::: Information given :::

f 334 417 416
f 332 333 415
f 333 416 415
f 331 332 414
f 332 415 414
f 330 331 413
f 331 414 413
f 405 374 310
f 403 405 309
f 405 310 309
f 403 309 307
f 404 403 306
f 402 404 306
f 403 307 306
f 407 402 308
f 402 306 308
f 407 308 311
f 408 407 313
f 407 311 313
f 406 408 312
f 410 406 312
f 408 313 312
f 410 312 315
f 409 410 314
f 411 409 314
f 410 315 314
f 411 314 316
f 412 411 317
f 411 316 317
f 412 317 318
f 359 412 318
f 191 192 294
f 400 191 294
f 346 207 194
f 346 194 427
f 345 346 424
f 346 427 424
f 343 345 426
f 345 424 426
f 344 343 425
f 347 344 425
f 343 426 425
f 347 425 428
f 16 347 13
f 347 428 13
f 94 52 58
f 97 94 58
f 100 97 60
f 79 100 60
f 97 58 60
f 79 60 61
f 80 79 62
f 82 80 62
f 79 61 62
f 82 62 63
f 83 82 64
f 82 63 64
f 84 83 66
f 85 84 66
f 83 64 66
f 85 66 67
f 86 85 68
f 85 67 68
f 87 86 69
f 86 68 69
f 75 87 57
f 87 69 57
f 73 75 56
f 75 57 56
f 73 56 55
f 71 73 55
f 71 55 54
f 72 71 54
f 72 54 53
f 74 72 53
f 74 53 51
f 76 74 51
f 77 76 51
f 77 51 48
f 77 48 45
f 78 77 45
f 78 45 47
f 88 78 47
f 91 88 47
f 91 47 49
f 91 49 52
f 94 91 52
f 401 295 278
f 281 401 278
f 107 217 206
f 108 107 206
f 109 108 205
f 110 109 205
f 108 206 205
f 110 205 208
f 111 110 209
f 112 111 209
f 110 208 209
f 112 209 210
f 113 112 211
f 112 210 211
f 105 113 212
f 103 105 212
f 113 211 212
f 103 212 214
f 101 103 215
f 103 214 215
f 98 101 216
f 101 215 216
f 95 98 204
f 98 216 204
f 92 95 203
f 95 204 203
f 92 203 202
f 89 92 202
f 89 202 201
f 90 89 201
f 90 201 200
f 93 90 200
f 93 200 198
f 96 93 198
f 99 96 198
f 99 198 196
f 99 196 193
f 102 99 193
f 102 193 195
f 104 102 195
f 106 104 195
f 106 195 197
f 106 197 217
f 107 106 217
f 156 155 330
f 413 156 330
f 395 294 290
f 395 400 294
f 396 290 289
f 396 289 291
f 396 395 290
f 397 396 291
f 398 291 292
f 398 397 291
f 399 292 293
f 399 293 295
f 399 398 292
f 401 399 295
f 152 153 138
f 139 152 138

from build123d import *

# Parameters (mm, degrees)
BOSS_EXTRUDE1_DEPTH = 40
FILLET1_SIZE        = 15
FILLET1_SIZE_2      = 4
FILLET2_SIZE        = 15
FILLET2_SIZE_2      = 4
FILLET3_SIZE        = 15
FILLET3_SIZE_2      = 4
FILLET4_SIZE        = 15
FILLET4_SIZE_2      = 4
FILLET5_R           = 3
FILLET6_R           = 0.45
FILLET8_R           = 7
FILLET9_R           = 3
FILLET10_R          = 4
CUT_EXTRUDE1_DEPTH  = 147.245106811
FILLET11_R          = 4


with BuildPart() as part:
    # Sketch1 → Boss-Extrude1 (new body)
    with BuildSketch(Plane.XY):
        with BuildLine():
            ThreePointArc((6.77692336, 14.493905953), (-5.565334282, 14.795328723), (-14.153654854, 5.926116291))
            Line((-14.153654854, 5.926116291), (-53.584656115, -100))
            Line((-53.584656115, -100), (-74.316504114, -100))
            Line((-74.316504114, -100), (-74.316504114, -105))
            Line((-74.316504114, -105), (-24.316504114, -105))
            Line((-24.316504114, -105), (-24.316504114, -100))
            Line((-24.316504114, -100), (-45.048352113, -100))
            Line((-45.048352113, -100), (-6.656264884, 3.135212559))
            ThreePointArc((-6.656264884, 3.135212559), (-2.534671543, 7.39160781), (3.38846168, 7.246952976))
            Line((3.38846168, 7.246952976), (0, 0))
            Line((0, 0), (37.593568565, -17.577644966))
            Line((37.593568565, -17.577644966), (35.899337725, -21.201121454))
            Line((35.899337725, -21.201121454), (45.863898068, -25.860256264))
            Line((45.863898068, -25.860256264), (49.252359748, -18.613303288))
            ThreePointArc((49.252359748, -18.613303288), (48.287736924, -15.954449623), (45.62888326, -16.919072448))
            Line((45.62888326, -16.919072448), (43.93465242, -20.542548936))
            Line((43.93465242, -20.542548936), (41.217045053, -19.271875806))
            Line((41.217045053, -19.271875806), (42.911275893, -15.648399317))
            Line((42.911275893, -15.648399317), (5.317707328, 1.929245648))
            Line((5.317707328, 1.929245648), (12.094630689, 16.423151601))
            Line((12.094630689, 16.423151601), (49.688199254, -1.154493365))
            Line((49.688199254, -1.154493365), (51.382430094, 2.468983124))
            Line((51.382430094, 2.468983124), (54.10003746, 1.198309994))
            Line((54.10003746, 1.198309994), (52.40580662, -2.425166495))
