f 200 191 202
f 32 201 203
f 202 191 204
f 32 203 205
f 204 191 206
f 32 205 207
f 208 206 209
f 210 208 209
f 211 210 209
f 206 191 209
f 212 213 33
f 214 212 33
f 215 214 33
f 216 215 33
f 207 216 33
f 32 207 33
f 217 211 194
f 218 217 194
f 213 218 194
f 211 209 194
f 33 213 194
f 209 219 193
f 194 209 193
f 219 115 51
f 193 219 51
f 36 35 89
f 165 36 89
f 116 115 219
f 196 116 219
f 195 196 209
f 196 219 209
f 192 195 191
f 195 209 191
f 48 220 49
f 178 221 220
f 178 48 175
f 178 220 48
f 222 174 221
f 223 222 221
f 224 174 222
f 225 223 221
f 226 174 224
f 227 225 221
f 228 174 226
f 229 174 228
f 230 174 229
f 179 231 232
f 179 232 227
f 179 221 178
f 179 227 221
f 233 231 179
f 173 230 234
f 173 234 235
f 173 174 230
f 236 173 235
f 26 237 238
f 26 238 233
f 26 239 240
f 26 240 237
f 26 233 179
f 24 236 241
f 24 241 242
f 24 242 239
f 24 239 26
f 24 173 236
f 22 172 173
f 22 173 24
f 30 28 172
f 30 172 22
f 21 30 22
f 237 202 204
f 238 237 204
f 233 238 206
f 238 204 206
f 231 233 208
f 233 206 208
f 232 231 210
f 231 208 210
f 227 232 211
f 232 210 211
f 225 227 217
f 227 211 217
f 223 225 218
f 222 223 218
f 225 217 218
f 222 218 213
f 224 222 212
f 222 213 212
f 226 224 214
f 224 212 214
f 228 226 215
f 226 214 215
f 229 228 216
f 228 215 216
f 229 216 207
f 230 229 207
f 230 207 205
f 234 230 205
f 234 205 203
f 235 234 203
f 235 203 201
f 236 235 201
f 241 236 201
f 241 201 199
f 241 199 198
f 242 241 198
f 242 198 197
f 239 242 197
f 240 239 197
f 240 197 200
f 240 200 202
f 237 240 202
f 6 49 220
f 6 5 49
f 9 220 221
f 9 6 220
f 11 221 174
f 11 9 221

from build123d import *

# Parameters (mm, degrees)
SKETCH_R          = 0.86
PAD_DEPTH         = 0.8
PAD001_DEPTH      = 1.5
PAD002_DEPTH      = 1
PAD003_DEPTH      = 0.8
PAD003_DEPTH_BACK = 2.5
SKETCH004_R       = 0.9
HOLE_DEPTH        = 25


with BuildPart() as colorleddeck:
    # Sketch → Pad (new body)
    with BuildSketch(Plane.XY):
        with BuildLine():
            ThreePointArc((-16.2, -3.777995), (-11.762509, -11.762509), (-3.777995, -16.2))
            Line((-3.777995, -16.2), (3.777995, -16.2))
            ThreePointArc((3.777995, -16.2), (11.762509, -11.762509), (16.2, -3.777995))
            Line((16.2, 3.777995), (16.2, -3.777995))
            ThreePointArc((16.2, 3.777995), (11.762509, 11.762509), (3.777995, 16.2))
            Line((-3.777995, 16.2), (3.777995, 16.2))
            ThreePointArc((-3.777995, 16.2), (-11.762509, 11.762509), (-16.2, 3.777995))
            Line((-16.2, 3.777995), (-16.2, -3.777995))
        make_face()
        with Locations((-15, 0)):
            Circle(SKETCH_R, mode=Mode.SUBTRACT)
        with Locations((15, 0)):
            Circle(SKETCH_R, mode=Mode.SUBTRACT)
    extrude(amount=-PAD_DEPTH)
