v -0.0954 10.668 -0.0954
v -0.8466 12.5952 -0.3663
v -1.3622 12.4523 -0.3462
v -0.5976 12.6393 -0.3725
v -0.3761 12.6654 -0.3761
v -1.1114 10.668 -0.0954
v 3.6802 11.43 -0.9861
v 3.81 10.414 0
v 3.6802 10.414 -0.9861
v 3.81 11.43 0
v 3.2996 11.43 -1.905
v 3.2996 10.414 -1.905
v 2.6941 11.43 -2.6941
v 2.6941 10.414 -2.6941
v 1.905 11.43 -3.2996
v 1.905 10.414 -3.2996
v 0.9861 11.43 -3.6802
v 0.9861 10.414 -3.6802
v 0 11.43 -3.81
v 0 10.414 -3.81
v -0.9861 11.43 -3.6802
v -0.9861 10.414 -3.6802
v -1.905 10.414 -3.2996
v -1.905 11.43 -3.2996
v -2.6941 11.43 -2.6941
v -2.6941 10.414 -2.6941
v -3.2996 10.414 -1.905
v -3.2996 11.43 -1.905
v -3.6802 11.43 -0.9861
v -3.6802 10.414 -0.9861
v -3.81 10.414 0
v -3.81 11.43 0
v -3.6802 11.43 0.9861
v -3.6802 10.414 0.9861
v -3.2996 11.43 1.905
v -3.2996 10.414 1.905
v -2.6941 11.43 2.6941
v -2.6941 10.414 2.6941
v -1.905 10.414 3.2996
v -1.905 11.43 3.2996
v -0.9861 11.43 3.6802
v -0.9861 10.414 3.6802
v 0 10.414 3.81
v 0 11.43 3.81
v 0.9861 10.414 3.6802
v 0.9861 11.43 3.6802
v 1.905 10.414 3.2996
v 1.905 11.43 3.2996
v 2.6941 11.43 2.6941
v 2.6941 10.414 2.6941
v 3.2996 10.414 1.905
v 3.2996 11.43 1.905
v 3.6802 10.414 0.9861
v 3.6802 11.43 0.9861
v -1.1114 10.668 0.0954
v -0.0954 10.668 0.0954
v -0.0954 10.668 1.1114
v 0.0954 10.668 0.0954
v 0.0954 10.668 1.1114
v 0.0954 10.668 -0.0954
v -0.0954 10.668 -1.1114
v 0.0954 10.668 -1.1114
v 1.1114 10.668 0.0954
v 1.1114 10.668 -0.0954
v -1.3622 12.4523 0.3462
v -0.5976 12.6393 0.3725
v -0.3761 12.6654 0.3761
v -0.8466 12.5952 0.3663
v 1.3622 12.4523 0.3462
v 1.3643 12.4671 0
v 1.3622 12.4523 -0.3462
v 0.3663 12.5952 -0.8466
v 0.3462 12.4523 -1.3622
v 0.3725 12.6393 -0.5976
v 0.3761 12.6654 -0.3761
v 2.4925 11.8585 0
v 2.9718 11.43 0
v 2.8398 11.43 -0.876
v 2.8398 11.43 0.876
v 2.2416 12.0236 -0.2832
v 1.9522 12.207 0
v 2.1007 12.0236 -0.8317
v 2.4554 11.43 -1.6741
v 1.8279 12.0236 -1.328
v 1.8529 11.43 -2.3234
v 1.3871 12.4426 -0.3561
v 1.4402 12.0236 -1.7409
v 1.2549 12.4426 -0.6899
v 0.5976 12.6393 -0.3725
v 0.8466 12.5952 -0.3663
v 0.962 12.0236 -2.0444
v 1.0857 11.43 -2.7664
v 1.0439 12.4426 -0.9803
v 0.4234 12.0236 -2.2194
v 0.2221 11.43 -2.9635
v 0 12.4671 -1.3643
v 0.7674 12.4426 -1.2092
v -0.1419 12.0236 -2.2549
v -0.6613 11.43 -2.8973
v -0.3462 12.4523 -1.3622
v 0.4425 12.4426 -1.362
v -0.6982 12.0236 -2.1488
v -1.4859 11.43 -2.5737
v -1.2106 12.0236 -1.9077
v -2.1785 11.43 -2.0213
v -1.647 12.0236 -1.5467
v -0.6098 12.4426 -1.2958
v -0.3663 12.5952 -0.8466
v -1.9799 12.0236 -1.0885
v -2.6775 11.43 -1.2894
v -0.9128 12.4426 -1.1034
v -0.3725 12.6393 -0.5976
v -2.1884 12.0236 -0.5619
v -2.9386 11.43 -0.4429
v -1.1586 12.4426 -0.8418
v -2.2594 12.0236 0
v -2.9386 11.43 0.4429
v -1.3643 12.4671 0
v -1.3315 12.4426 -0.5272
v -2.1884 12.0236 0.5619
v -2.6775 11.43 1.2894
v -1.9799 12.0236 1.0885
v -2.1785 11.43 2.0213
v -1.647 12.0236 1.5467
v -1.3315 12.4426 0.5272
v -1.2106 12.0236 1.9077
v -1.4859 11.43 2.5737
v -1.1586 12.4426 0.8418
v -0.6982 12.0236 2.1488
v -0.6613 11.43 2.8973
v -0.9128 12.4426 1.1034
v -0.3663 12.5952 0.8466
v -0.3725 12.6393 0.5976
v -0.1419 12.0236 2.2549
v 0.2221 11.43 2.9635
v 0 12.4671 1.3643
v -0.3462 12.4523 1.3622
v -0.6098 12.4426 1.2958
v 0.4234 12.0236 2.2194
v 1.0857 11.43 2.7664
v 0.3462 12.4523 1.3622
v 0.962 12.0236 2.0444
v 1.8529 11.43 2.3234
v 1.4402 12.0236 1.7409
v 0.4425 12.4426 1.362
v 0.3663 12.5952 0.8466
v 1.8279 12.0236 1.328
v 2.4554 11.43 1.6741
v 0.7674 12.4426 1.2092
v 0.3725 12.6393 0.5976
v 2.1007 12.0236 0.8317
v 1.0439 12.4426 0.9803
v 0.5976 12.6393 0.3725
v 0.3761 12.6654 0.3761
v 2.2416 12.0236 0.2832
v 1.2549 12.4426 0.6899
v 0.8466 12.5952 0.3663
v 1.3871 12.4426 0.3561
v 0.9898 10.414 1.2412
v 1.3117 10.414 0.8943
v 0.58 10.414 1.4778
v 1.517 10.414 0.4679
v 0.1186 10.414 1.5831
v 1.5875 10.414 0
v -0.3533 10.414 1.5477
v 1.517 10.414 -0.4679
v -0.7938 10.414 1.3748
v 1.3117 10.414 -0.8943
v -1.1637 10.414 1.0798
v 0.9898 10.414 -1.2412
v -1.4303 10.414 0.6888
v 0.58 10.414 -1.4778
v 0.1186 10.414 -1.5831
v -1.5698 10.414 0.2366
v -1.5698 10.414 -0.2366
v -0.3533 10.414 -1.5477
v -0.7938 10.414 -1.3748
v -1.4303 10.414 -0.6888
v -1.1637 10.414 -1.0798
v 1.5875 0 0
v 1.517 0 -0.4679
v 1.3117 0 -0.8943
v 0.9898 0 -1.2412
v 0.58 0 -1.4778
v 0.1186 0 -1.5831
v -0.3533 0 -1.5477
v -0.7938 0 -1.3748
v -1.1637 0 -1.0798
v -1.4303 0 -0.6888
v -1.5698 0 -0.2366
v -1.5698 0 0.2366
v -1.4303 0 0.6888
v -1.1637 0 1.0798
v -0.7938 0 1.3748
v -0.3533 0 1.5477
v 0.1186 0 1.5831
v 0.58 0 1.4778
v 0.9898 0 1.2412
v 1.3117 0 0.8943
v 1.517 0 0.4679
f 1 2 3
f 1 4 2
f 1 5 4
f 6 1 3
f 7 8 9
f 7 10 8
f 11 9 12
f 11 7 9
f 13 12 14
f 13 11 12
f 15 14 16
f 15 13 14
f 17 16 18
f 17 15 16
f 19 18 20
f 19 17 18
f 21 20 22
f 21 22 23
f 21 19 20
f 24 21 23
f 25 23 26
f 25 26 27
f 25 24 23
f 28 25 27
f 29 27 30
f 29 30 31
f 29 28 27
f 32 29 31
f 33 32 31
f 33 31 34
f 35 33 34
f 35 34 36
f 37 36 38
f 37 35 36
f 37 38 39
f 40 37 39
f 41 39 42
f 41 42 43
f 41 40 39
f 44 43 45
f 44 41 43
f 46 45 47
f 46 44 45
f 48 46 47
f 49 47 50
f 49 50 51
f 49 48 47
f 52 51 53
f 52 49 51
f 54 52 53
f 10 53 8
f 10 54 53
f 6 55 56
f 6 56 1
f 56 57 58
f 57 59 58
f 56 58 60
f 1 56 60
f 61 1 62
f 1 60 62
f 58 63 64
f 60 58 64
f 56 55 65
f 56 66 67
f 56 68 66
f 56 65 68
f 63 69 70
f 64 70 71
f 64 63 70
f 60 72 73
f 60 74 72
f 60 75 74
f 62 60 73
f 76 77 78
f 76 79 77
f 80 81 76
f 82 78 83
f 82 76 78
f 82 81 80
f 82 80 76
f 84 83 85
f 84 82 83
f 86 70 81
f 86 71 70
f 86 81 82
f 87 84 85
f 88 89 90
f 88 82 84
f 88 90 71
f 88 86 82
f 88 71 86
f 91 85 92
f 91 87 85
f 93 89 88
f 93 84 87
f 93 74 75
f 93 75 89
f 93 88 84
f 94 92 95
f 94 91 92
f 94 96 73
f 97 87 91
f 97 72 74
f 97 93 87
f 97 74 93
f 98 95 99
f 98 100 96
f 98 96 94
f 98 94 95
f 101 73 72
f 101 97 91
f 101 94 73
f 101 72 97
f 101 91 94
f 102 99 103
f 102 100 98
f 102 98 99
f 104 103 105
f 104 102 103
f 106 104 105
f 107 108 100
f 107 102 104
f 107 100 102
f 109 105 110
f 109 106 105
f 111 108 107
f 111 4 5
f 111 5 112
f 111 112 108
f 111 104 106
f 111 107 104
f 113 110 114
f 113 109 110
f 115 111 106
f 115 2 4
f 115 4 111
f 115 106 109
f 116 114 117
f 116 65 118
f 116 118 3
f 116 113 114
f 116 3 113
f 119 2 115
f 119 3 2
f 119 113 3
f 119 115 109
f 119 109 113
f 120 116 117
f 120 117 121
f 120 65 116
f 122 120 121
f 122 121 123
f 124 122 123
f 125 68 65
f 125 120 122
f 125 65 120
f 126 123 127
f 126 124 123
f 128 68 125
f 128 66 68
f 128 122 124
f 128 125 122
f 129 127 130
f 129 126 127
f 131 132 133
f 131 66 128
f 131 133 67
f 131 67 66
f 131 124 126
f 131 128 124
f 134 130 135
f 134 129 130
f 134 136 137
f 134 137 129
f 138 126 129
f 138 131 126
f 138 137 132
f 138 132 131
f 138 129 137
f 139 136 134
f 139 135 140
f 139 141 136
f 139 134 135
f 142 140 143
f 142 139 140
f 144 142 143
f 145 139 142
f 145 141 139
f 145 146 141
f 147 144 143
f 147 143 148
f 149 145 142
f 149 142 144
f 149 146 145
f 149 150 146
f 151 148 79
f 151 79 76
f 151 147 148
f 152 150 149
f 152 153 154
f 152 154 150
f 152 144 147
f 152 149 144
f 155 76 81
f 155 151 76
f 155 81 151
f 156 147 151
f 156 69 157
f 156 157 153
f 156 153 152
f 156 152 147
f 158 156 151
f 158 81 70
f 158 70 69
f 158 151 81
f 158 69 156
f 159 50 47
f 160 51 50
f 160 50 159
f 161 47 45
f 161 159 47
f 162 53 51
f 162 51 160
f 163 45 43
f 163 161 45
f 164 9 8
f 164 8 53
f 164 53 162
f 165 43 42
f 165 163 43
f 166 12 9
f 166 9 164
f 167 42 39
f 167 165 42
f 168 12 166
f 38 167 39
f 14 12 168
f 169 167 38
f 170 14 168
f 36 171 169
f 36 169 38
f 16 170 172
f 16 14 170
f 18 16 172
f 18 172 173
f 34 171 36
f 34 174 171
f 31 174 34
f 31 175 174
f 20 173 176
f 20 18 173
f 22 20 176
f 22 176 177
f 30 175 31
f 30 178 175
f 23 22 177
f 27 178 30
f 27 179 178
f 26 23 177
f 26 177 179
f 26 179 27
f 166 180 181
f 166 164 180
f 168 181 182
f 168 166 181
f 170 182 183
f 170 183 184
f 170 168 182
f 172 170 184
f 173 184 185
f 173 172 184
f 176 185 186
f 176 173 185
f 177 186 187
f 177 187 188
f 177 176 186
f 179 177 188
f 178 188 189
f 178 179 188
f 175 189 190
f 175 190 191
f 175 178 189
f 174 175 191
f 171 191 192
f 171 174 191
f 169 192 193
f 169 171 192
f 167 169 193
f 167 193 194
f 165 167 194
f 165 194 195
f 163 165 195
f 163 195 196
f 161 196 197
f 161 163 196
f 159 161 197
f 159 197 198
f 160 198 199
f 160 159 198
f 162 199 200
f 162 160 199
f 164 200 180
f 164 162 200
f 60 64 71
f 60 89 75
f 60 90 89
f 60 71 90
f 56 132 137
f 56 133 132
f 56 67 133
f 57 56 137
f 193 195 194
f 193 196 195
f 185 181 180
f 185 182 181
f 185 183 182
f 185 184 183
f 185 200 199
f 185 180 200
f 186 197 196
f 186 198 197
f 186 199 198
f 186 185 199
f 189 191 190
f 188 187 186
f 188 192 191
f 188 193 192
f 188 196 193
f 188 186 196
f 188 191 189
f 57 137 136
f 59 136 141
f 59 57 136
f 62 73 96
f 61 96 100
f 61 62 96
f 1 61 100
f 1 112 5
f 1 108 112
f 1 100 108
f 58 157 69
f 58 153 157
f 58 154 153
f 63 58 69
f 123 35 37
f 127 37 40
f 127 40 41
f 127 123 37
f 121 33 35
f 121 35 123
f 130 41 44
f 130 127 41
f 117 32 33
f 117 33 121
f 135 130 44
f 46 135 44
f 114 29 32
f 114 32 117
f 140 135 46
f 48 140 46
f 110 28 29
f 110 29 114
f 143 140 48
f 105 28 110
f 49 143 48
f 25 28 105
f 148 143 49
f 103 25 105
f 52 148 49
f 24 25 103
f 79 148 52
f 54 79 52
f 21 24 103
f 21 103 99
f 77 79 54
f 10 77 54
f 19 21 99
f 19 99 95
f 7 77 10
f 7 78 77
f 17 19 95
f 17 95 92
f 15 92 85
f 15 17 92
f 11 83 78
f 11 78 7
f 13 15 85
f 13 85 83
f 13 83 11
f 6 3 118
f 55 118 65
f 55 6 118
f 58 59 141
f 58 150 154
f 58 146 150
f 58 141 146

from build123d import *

# Parameters (mm, degrees)
CUT_EXTRUDE1_DEPTH = 2.032
CUT_EXTRUDE1_TAPER = 8


with BuildPart() as part:
    # Sketch1 → Base-Revolve (revolve)
    with BuildSketch(Plane.XY):
        with BuildLine():
            Line((0, 0), (1.5875, 0))
            Line((1.5875, 0), (1.5875, 10.414))
            Line((1.5875, 10.414), (3.81, 10.414))
            Line((3.81, 10.414), (3.81, 11.43))
            Line((3.81, 11.43), (2.9718, 11.43))
            ThreePointArc((2.9718, 11.43), (1.615897215, 12.369193484), (0, 12.7))
            Line((0, 12.7), (0, 0))
        make_face()
    revolve(axis=Axis((0, 0, 0), (0, 1, 0)))

    # Sketch2 → Cut-Extrude1 (cut)
    with BuildSketch(Plane(origin=(0, 12.7, 0), x_dir=(-1, 0, 0), z_dir=(0, 1, 0))):
        Polygon((0.381, 1.397), (-0.381, 1.397), (-0.381, 0.381), (-1.397, 0.381), (-1.397, -0.381), (-0.381, -0.381), (-0.381, -1.397), (0.381, -1.397), (0.381, -0.381), (1.397, -0.381), (1.397, 0.381), (0.381, 0.381), align=None)
    extrude(amount=-CUT_EXTRUDE1_DEPTH, taper=CUT_EXTRUDE1_TAPER, mode=Mode.SUBTRACT)


solid = part.part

:::

**What to do**
The reply should consist solely of the lines above from the one that has "f 106 197 217" through the one that has "BOSS_EXTRUDE1_DEPTH = 40", reproduced exactly.

**Solution to the problem**
f 106 197 217
f 107 106 217
f 156 155 330
f 413 156 330
f 395 294 290
f 395 400 294
f 396 290 289
f 396 289 291
f 396 395 290
f 397 396 291
f 398 291 292
f 398 397 291
f 399 292 293
f 399 293 295
f 399 398 292
f 401 399 295
f 152 153 138
f 139 152 138

from build123d import *

# Parameters (mm, degrees)
BOSS_EXTRUDE1_DEPTH = 40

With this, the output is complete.